My counter to "There are enough people already" is, as mentioned in a
recent thread, that we may or may not experience an overopulation crisis
in the future but that doesn't matter, because the choice we have today
is whether to condemn people to death in the future by delaying the
development of a cure for aging, and condemning people to death is bad,
worse than anything else we might do like condemning people to birth
control.
My counter to "It won't happen in our lifetime" is the same: that saving
lives is a worthy pursuit, whether or not we are among those whose lives
are saved. Giving someone the option to live indefinitely when otherwise
they would live a max of 120 years is saving their life, just as giving
a 10-year-old surgery that lets them live to 80 is saving their life.

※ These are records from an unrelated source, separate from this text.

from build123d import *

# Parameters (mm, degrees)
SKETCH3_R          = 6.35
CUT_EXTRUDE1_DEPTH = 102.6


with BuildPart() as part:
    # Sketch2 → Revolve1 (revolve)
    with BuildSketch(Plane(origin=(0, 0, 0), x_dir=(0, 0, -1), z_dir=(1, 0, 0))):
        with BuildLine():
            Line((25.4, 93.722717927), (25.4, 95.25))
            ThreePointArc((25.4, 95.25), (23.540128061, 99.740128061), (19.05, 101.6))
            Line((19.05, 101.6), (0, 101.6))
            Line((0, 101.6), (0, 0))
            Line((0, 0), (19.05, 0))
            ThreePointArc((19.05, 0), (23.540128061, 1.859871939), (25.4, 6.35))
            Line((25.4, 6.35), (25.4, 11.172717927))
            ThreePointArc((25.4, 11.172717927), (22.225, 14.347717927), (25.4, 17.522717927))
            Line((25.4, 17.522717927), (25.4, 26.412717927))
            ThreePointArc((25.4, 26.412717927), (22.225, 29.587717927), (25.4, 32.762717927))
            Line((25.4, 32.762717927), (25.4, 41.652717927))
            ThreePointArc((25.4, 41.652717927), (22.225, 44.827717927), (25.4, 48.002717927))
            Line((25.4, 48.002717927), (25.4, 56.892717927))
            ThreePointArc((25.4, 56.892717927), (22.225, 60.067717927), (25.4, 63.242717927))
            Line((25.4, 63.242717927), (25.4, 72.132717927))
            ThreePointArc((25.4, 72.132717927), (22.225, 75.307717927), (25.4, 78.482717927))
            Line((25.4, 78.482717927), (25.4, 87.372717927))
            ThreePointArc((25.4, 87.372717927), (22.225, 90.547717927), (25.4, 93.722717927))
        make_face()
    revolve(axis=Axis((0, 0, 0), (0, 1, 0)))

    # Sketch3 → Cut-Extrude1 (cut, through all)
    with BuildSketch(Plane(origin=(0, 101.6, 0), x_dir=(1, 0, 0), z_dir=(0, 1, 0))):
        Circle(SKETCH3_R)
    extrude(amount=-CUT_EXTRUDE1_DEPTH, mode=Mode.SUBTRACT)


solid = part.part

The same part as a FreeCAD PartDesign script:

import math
import FreeCAD as App
import Part
import Sketcher

V = App.Vector
Q = App.Units.Quantity

doc = App.newDocument("Part")
body = doc.addObject("PartDesign::Body", "Body")

# Sketch on YZ plane
sketch1 = doc.addObject("Sketcher::SketchObject", "Sketch")
body.addObject(sketch1)
sketch1.AttachmentSupport = (doc.YZ_Plane, [""])
sketch1.MapMode = "FlatFace"
sketch1.addGeometry([
    Part.LineSegment(V(93.7, -25.4, 0), V(95.2, -25.4, 0)),  # 0
    Part.ArcOfCircle(Part.Circle(V(95.3, -19.1, 0), V(0, 0, 1), 6.3), math.radians(-90), math.radians(0)),  # 1
    Part.LineSegment(V(101.6, -19.1, 0), V(101.6, 0, 0)),  # 2
    Part.LineSegment(V(101.6, 0, 0), V(0, 0, 0)),  # 3
    Part.LineSegment(V(0, 0, 0), V(0, -19.1, 0)),  # 4
    Part.ArcOfCircle(Part.Circle(V(6.3, -19.1, 0), V(0, 0, 1), 6.3), math.radians(180), math.radians(270)),  # 5
    Part.LineSegment(V(6.3, -25.4, 0), V(11.2, -25.4, 0)),  # 6
    Part.ArcOfCircle(Part.Circle(V(14.3, -25.4, 0), V(0, 0, 1), 3.2), math.radians(0), math.radians(180)),  # 7
    Part.LineSegment(V(17.5, -25.4, 0), V(26.4, -25.4, 0)),  # 8
    Part.ArcOfCircle(Part.Circle(V(29.6, -25.4, 0), V(0, 0, 1), 3.2), math.radians(0), math.radians(180)),  # 9
    Part.LineSegment(V(32.8, -25.4, 0), V(41.7, -25.4, 0)),  # 10
    Part.ArcOfCircle(Part.Circle(V(44.8, -25.4, 0), V(0, 0, 1), 3.2), math.radians(0), math.radians(180)),  # 11
    Part.LineSegment(V(48, -25.4, 0), V(56.9, -25.4, 0)),  # 12
    Part.ArcOfCircle(Part.Circle(V(60.1, -25.4, 0), V(0, 0, 1), 3.2), math.radians(0), math.radians(180)),  # 13
    Part.LineSegment(V(63.2, -25.4, 0), V(72.1, -25.4, 0)),  # 14
    Part.ArcOfCircle(Part.Circle(V(75.3, -25.4, 0), V(0, 0, 1), 3.2), math.radians(0), math.radians(180)),  # 15
    Part.LineSegment(V(78.5, -25.4, 0), V(87.4, -25.4, 0)),  # 16
    Part.ArcOfCircle(Part.Circle(V(90.5, -25.4, 0), V(0, 0, 1), 3.2), math.radians(0), math.radians(180)),  # 17
], False)
sketch1.addConstraint([
    Sketcher.Constraint("Tangent", 0, 2, 1, 1),
    Sketcher.Constraint("Tangent", 1, 2, 2, 1),
    Sketcher.Constraint("Coincident", 2, 2, 3, 1),
    Sketcher.Constraint("Coincident", 3, 2, 4, 1),
    Sketcher.Constraint("Tangent", 4, 2, 5, 1),
    Sketcher.Constraint("Tangent", 5, 2, 6, 1),
    Sketcher.Constraint("Coincident", 6, 2, 7, 2),
    Sketcher.Constraint("Coincident", 7, 1, 8, 1),
    Sketcher.Constraint("Coincident", 8, 2, 9, 2),
    Sketcher.Constraint("Coincident", 9, 1, 10, 1),
    Sketcher.Constraint("Coincident", 10, 2, 11, 2),
    Sketcher.Constraint("Coincident", 11, 1, 12, 1),
    Sketcher.Constraint("Coincident", 12, 2, 13, 2),
    Sketcher.Constraint("Coincident", 13, 1, 14, 1),
    Sketcher.Constraint("Coincident", 14, 2, 15, 2),
    Sketcher.Constraint("Coincident", 15, 1, 16, 1),
    Sketcher.Constraint("Coincident", 16, 2, 17, 2),
    Sketcher.Constraint("Coincident", 17, 1, 0, 1),
    Sketcher.Constraint("Horizontal", 0),
    Sketcher.Constraint("Vertical", 2),
    Sketcher.Constraint("Horizontal", 3),
    Sketcher.Constraint("Vertical", 4),
    Sketcher.Constraint("Horizontal", 6),
    Sketcher.Constraint("Horizontal", 8),
    Sketcher.Constraint("Horizontal", 10),
    Sketcher.Constraint("Horizontal", 12),
    Sketcher.Constraint("Horizontal", 14),
    Sketcher.Constraint("Horizontal", 16),
    Sketcher.Constraint("Coincident", 3, 2, -1, 1),
    Sketcher.Constraint("Equal", 1, 5),
    Sketcher.Constraint("Equal", 7, 9),
    Sketcher.Constraint("Equal", 9, 11),
    Sketcher.Constraint("Equal", 11, 13),
    Sketcher.Constraint("Equal", 13, 15),
    Sketcher.Constraint("Equal", 15, 17),
    Sketcher.Constraint("Horizontal", 1, 3, 5, 3),
    Sketcher.Constraint("Horizontal", 7, 3, 9, 3),
    Sketcher.Constraint("Horizontal", 9, 3, 11, 3),
    Sketcher.Constraint("Horizontal", 11, 3, 13, 3),
    Sketcher.Constraint("Horizontal", 13, 3, 15, 3),
    Sketcher.Constraint("Horizontal", 15, 3, 17, 3),
    Sketcher.Constraint("Horizontal", 17, 3, 0, 2),
    Sketcher.Constraint("Horizontal", 6, 2, 7, 1),
    Sketcher.Constraint("Horizontal", 8, 2, 9, 1),
    Sketcher.Constraint("Horizontal", 10, 2, 11, 1),
    Sketcher.Constraint("Horizontal", 12, 2, 13, 1),
    Sketcher.Constraint("Horizontal", 14, 2, 15, 1),
    Sketcher.Constraint("Equal", 8, 10),
    Sketcher.Constraint("Equal", 10, 12),
    Sketcher.Constraint("Equal", 12, 14),
    Sketcher.Constraint("Equal", 14, 16),
    Sketcher.Constraint("DistanceX", 3, 2, 3, 1, Q("4 in")),
    Sketcher.Constraint("Radius", 1, Q("0.25 in")),
    Sketcher.Constraint("DistanceY", 7, 3, -1, 1, Q("1 in")),
    Sketcher.Constraint("Radius", 7, Q("0.125 in")),
    Sketcher.Constraint("DistanceX", 8, 1, 8, 2, Q("0.35 in")),
    Sketcher.Constraint("DistanceX", 0, 1, 0, 2, Q("1.527282 mm")),
])
revolution = doc.addObject("PartDesign::Revolution", "Revolution")
body.addObject(revolution)
revolution.Profile = sketch1
revolution.ReferenceAxis = (sketch1, ["H_Axis"])
revolution.Angle = 360

# Sketch on XZ plane
sketch2 = doc.addObject("Sketcher::SketchObject", "Sketch001")
body.addObject(sketch2)
sketch2.AttachmentSupport = (doc.XZ_Plane, [""])
sketch2.MapMode = "FlatFace"
sketch2.AttachmentOffset = App.Placement(V(0, 0, -4 * 25.4), App.Rotation())
sketch2.addGeometry(Part.Circle(V(0, 0, 0), V(0, 0, 1), 6), False)
sketch2.addConstraint([
    Sketcher.Constraint("Coincident", 0, 3, -1, 1),
    Sketcher.Constraint("Diameter", 0, Q("0.5 in")),
])
pocket1 = doc.addObject("PartDesign::Pocket", "Pocket")
body.addObject(pocket1)
pocket1.Profile = sketch2
pocket1.Type = "ThroughAll"
pocket1.Reversed = True

doc.recompute()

(Conversely, not doing so is condemning them to death, otherwise known
as executing them.)
I am currently at the Gerontological Society of America conference in
San Diego and have had some interestsing discussions about the curious
absence from ethical debates about life extension of any mention of the
rather easily understood concept of human rights, and in particular of
the most basic human right of all, the right of the living human to keep
on living as long as they choose. Once it is seen that opposing curing
aging equates to advocating that humanity perpetrate an entire holocaust
every two months, quite a few arguments against life extension seem to
fall bby the wayside.
Let us know what your mother says in resopnse.